Produces fractional weights using the iterative proportional fitting algorithm.

rk_weight(cons, inds, vars = NULL, iterations = 10)

Arguments

cons

A data frame containing all the constraints. This should be in the format of one row per zone, one column per constraint category. The first column should be a zone code; all other columns must be numeric counts.

inds

A data frame containing individual-level (survey) data. This should be in the format of one row per individual, one column per constraint. The first column should be an individual ID.

vars

A character vector of variables that constrain the simulation (i.e. independent variables)

iterations

The number of iterations the algorithm should complete. Defaults to 10

Value

A data frame of fractional weights for each individual in each zone with zone codes recorded in column names and individual id recorded in row names.

Details

rk_weight() requires three arguments:

  • A data frame of constraints (e.g. census tables)

  • A data frame of individual data (e.g. a survey)

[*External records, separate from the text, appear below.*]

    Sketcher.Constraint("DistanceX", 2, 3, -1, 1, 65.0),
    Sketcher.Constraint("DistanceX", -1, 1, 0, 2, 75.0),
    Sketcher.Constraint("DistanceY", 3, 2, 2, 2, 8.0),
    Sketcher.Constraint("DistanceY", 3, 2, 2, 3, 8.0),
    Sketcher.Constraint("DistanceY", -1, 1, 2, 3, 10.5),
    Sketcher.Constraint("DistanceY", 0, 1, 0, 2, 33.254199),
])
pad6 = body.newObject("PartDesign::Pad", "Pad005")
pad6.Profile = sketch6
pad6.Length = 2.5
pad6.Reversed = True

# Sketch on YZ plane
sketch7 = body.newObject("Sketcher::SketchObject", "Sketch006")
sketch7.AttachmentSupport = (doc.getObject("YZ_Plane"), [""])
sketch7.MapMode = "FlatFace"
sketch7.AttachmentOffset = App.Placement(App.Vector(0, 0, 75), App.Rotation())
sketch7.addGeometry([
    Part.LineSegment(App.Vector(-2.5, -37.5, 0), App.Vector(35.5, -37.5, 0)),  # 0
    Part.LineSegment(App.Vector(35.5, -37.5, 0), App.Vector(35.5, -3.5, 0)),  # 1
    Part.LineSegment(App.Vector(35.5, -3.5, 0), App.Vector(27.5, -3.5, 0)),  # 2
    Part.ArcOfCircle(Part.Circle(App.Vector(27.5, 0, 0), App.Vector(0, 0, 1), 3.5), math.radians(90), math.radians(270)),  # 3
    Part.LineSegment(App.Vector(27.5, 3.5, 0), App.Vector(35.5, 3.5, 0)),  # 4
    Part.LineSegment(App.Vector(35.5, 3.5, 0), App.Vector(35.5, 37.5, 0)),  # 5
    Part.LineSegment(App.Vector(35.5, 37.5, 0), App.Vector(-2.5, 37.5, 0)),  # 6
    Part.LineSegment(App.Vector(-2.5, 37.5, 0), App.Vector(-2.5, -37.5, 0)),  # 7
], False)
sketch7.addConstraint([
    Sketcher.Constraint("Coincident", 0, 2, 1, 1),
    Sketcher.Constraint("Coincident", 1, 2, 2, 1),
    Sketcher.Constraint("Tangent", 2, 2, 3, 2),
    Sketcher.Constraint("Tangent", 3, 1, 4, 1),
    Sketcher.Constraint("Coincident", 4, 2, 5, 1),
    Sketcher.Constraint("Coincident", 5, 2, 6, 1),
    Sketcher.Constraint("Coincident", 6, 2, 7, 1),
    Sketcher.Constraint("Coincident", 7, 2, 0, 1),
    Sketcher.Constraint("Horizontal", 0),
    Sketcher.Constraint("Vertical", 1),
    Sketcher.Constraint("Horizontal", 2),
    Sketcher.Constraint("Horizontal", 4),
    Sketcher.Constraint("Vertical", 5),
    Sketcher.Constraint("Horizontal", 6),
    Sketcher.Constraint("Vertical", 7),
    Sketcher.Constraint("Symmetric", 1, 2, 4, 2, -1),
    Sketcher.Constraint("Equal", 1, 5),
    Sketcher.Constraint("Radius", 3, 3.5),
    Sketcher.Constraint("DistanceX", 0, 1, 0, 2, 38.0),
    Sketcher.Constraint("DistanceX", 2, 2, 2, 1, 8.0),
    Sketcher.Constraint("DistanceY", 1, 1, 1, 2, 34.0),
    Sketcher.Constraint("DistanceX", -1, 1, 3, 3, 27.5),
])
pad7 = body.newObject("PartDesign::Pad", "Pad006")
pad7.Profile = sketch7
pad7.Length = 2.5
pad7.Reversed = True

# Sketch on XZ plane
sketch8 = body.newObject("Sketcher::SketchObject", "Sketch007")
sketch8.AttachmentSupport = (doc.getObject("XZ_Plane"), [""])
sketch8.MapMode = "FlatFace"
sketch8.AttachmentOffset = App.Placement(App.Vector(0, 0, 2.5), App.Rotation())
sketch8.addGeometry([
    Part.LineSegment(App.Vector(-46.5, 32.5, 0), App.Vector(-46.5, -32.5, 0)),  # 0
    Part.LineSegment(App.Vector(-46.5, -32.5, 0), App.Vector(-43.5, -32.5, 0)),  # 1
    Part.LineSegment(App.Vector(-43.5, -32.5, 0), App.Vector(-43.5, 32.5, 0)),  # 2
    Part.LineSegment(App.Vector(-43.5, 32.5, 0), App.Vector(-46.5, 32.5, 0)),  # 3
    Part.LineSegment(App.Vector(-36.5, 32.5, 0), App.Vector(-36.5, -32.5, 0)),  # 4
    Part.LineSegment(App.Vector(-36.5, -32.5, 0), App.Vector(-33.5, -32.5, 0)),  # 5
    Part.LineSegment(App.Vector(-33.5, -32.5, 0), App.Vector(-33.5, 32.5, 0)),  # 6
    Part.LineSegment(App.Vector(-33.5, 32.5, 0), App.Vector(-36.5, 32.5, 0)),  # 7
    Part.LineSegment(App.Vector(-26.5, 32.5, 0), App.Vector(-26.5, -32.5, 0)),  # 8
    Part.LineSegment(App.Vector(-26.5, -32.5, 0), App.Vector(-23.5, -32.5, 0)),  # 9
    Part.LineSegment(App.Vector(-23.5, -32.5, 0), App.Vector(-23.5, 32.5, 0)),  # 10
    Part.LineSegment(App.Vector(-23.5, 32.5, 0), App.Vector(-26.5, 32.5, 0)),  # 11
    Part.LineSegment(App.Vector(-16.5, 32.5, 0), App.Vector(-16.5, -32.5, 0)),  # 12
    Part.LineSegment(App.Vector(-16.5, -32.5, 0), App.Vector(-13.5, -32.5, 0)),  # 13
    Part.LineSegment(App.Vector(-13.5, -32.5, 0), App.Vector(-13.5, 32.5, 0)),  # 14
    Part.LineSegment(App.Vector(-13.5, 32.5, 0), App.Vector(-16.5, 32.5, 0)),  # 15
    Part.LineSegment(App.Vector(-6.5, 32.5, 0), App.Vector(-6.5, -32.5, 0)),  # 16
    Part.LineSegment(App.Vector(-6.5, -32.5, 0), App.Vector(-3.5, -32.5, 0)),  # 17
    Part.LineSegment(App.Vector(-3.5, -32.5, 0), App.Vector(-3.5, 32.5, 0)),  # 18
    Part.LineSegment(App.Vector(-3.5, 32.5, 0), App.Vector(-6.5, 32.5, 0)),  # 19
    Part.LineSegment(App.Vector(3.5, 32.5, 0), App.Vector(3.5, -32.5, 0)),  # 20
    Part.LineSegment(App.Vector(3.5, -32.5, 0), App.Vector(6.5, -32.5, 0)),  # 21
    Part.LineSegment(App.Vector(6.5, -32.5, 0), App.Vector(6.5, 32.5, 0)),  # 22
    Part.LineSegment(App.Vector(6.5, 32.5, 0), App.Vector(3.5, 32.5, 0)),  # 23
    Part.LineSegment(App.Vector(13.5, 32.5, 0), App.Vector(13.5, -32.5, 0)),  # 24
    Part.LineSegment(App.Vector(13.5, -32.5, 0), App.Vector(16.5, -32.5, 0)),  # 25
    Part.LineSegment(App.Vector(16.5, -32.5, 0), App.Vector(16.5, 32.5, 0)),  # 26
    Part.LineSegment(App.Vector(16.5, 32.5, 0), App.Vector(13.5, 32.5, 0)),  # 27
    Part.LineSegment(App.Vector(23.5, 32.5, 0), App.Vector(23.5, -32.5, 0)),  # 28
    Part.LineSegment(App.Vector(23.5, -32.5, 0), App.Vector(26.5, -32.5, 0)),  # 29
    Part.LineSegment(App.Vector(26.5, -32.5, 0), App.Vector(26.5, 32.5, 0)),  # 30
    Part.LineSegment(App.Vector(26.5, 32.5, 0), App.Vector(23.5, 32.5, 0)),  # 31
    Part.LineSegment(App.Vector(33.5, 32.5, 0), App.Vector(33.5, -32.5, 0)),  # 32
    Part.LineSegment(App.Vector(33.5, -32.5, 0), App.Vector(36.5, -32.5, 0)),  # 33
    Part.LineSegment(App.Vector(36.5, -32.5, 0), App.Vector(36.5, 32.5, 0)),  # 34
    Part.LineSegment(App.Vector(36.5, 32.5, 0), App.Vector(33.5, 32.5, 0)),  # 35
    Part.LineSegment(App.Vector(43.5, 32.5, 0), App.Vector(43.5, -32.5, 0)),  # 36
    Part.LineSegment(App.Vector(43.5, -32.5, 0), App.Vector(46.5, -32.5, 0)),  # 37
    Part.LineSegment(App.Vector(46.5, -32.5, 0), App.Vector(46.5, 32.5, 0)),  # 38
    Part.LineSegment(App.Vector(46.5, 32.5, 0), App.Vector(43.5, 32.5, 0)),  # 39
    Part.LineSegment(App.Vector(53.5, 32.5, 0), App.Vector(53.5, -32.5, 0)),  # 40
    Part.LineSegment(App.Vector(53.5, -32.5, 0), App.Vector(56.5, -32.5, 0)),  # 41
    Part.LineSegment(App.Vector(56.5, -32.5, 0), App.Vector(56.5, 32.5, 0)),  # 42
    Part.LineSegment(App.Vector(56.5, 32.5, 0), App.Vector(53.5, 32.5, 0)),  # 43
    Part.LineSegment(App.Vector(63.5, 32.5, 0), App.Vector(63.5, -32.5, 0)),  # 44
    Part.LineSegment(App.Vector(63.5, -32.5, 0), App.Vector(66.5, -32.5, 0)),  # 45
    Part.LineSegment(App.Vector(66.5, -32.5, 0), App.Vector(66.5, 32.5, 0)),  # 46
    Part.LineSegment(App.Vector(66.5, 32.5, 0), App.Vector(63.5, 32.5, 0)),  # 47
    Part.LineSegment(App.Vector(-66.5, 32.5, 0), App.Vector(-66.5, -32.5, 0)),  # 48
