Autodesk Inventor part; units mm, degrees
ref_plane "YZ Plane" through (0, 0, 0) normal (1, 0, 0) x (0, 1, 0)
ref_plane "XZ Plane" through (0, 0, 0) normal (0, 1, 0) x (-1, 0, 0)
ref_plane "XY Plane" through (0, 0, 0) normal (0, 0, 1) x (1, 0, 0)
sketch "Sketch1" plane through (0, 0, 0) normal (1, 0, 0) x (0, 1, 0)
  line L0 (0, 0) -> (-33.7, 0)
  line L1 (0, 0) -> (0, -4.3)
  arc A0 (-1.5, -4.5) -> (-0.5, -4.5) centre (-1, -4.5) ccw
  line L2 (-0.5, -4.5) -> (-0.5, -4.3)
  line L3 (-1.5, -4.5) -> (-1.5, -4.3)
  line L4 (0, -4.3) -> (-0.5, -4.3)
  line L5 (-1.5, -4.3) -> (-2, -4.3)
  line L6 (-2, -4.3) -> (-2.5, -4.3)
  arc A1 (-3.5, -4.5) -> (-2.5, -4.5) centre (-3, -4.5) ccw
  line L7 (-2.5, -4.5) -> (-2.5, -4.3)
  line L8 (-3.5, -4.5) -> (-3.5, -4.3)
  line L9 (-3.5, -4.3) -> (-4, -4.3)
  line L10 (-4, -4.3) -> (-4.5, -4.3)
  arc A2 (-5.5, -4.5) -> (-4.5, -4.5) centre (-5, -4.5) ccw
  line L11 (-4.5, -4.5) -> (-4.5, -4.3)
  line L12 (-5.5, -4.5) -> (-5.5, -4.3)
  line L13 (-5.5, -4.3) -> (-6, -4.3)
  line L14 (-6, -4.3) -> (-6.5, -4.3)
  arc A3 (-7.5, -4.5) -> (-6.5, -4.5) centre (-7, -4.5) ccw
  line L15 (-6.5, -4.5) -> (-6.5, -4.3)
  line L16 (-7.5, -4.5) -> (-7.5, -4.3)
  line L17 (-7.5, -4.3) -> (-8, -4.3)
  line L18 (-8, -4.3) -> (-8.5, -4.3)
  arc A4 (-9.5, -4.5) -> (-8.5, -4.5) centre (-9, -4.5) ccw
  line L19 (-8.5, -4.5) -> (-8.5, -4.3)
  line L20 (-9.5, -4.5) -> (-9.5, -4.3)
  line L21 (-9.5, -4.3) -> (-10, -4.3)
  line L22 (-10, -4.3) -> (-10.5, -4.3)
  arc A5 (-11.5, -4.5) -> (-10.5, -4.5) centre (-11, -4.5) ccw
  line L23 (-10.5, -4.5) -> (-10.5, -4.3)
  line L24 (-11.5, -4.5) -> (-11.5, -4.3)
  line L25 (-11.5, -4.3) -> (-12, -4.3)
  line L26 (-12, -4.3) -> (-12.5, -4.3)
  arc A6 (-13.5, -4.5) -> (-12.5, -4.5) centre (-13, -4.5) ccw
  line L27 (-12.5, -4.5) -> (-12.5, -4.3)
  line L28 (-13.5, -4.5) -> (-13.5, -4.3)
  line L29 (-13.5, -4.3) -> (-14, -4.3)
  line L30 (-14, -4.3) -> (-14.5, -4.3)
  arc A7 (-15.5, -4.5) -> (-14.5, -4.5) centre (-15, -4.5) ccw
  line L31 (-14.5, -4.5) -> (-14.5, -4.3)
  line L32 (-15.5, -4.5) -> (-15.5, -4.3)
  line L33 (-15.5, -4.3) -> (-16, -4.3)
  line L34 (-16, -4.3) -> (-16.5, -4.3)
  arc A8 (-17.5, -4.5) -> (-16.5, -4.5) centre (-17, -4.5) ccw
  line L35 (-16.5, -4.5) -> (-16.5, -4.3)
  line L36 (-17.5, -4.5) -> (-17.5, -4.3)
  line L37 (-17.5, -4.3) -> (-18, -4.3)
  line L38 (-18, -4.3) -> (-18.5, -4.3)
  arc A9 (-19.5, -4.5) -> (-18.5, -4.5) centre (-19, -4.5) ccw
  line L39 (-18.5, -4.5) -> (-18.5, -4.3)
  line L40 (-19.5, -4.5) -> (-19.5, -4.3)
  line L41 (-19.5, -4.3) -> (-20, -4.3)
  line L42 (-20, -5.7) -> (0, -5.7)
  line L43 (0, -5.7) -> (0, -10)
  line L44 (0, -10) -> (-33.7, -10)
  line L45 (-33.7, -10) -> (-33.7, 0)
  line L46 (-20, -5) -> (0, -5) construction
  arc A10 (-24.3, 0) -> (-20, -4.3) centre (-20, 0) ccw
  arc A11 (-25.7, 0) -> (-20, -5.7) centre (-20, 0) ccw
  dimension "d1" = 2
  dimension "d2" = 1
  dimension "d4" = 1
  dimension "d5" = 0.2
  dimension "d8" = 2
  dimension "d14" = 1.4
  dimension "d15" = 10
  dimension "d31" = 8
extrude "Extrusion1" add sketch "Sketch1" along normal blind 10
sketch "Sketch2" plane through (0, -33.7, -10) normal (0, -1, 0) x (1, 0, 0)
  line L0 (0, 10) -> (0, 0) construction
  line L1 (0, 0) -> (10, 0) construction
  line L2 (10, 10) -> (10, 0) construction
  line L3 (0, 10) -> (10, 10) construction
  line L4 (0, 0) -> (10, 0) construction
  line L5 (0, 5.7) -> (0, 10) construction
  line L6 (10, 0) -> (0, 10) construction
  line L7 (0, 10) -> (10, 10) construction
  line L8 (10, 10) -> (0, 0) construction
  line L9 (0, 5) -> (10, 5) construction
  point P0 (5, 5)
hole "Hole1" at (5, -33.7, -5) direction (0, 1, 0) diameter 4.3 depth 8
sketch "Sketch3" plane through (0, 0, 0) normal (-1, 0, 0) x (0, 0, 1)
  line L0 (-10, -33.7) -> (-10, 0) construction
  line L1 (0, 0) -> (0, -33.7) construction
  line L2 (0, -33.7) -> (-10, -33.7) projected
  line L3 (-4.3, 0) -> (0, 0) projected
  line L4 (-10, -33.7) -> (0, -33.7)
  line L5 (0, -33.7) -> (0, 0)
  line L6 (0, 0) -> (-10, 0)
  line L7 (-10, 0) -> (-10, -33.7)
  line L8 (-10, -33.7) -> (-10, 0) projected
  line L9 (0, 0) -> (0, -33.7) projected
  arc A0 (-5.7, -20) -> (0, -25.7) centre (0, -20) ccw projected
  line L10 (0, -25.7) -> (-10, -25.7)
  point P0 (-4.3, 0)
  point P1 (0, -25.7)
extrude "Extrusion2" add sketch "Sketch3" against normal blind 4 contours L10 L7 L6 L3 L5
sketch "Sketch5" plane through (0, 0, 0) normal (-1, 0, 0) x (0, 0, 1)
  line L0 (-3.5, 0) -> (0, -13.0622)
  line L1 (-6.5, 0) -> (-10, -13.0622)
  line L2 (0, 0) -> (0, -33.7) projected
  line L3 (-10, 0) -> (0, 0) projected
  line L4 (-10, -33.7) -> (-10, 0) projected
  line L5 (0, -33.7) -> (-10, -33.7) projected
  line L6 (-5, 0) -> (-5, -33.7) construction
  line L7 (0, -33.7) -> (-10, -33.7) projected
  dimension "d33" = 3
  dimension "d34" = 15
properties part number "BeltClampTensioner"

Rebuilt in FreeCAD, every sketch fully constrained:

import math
import FreeCAD as App
import Part
import Sketcher

V = App.Vector

doc = App.newDocument("Part")
body = doc.addObject("PartDesign::Body", "Body")
body.AllowCompound = True

sketch1 = body.newObject("Sketcher::SketchObject", "Sketch")
sketch1.AttachmentSupport = (doc.getObject("YZ_Plane"), [""])
sketch1.MapMode = "FlatFace"
sketch1.addGeometry(Part.LineSegment(V(0, -4.3, 0), V(0, 0, 0)), False)
sketch1.addGeometry(Part.LineSegment(V(0, 0, 0), V(-24.3, 0, 0)), False)
sketch1.addGeometry(Part.ArcOfCircle(Part.Circle(V(-20, 0, 0), V(0, 0, 1), 4.3), math.radians(180), math.radians(270)), False)
sketch1.addGeometry(Part.LineSegment(V(-20, -4.3, 0), V(-19.5, -4.3, 0)), False)
sketch1.addGeometry(Part.LineSegment(V(-19.5, -4.3, 0), V(-19.5, -4.5, 0)), False)
sketch1.addGeometry(Part.ArcOfCircle(Part.Circle(V(-19, -4.5, 0), V(0, 0, 1), 0.5), math.radians(180), math.radians(360)), False)
sketch1.addGeometry(Part.LineSegment(V(-18.5, -4.5, 0), V(-18.5, -4.3, 0)), False)
sketch1.addGeometry(Part.LineSegment(V(-18.5, -4.3, 0), V(-17.5, -4.3, 0)), False)
sketch1.addGeometry(Part.LineSegment(V(-17.5, -4.3, 0), V(-17.5, -4.5, 0)), False)
sketch1.addGeometry(Part.ArcOfCircle(Part.Circle(V(-17, -4.5, 0), V(0, 0, 1), 0.5), math.radians(180), math.radians(360)), False)
sketch1.addGeometry(Part.LineSegment(V(-16.5, -4.5, 0), V(-16.5, -4.3, 0)), False)
sketch1.addGeometry(Part.LineSegment(V(-16.5, -4.3, 0), V(-15.5, -4.3, 0)), False)
sketch1.addGeometry(Part.LineSegment(V(-15.5, -4.3, 0), V(-15.5, -4.5, 0)), False)
sketch1.addGeometry(Part.ArcOfCircle(Part.Circle(V(-15, -4.5, 0), V(0, 0, 1), 0.5), math.radians(180), math.radians(360)), False)
sketch1.addGeometry(Part.LineSegment(V(-14.5, -4.5, 0), V(-14.5, -4.3, 0)), False)
sketch1.addGeometry(Part.LineSegment(V(-14.5, -4.3, 0), V(-13.5, -4.3, 0)), False)
sketch1.addGeometry(Part.LineSegment(V(-13.5, -4.3, 0), V(-13.5, -4.5, 0)), False)
sketch1.addGeometry(Part.ArcOfCircle(Part.Circle(V(-13, -4.5, 0), V(0, 0, 1), 0.5), math.radians(180), math.radians(360)), False)
sketch1.addGeometry(Part.LineSegment(V(-12.5, -4.5, 0), V(-12.5, -4.3, 0)), False)
sketch1.addGeometry(Part.LineSegment(V(-12.5, -4.3, 0), V(-11.5, -4.3, 0)), False)
sketch1.addGeometry(Part.LineSegment(V(-11.5, -4.3, 0), V(-11.5, -4.5, 0)), False)
sketch1.addGeometry(Part.ArcOfCircle(Part.Circle(V(-11, -4.5, 0), V(0, 0, 1), 0.5), math.radians(180), math.radians(360)), False)
sketch1.addGeometry(Part.LineSegment(V(-10.5, -4.5, 0), V(-10.5, -4.3, 0)), False)
sketch1.addGeometry(Part.LineSegment(V(-10.5, -4.3, 0), V(-9.5, -4.3, 0)), False)
sketch1.addGeometry(Part.LineSegment(V(-9.5, -4.3, 0), V(-9.5, -4.5, 0)), False)
sketch1.addGeometry(Part.ArcOfCircle(Part.Circle(V(-9, -4.5, 0), V(0, 0, 1), 0.5), math.radians(180), math.radians(360)), False)
sketch1.addGeometry(Part.LineSegment(V(-8.5, -4.5, 0), V(-8.5, -4.3, 0)), False)
sketch1.addGeometry(Part.LineSegment(V(-8.5, -4.3, 0), V(-7.5, -4.3, 0)), False)
sketch1.addGeometry(Part.LineSegment(V(-7.5, -4.3, 0), V(-7.5, -4.5, 0)), False)
sketch1.addGeometry(Part.ArcOfCircle(Part.Circle(V(-7, -4.5, 0), V(0, 0, 1), 0.5), math.radians(180), math.radians(360)), False)
sketch1.addGeometry(Part.LineSegment(V(-6.5, -4.5, 0), V(-6.5, -4.3, 0)), False)
sketch1.addGeometry(Part.LineSegment(V(-6.5, -4.3, 0), V(-5.5, -4.3, 0)), False)
sketch1.addGeometry(Part.LineSegment(V(-5.5, -4.3, 0), V(-5.5, -4.5, 0)), False)
sketch1.addGeometry(Part.ArcOfCircle(Part.Circle(V(-5, -4.5, 0), V(0, 0, 1), 0.5), math.radians(180), math.radians(360)), False)
sketch1.addGeometry(Part.LineSegment(V(-4.5, -4.5, 0), V(-4.5, -4.3, 0)), False)
sketch1.addGeometry(Part.LineSegment(V(-4.5, -4.3, 0), V(-3.5, -4.3, 0)), False)
sketch1.addGeometry(Part.LineSegment(V(-3.5, -4.3, 0), V(-3.5, -4.5, 0)), False)
sketch1.addGeometry(Part.ArcOfCircle(Part.Circle(V(-3, -4.5, 0), V(0, 0, 1), 0.5), math.radians(180), math.radians(360)), False)
sketch1.addGeometry(Part.LineSegment(V(-2.5, -4.5, 0), V(-2.5, -4.3, 0)), False)
sketch1.addGeometry(Part.LineSegment(V(-2.5, -4.3, 0), V(-1.5, -4.3, 0)), False)
sketch1.addGeometry(Part.LineSegment(V(-1.5, -4.3, 0), V(-1.5, -4.5, 0)), False)
sketch1.addGeometry(Part.ArcOfCircle(Part.Circle(V(-1, -4.5, 0), V(0, 0, 1), 0.5), math.radians(180), math.radians(360)), False)
sketch1.addGeometry(Part.LineSegment(V(-0.5, -4.5, 0), V(-0.5, -4.3, 0)), False)
sketch1.addGeometry(Part.LineSegment(V(-0.5, -4.3, 0), V(0, -4.3, 0)), False)
sketch1.addGeometry(Part.ArcOfCircle(Part.Circle(V(-20, 0, 0), V(0, 0, 1), 5.7), math.radians(180), math.radians(270)), False)
sketch1.addGeometry(Part.LineSegment(V(-25.7, 0, 0), V(-33.7, 0, 0)), False)
sketch1.addGeometry(Part.LineSegment(V(-33.7, 0, 0), V(-33.7, -10, 0)), False)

  • A character vector of constraint variable names

The first column of each data frame should be an ID. The first column of cons should contain the zone codes. The first column of inds should contain the individual unique identifier.

Both data frames should only contain:

  • an ID column (zone ID cons or individual ID inds).

  • constraints inds or constraint category cons.

  • inds can optionally contain additional dependent variables that do not influence the weighting process.

No other columns should be present (the user can merge these back in later).

It is essential that the levels in each inds constraint (i.e. column) match exactly with the column names in cons. In the example below see how the column names in cons ('age_0_49', 'sex_f', ...) match exactly the levels in the appropriate inds variables.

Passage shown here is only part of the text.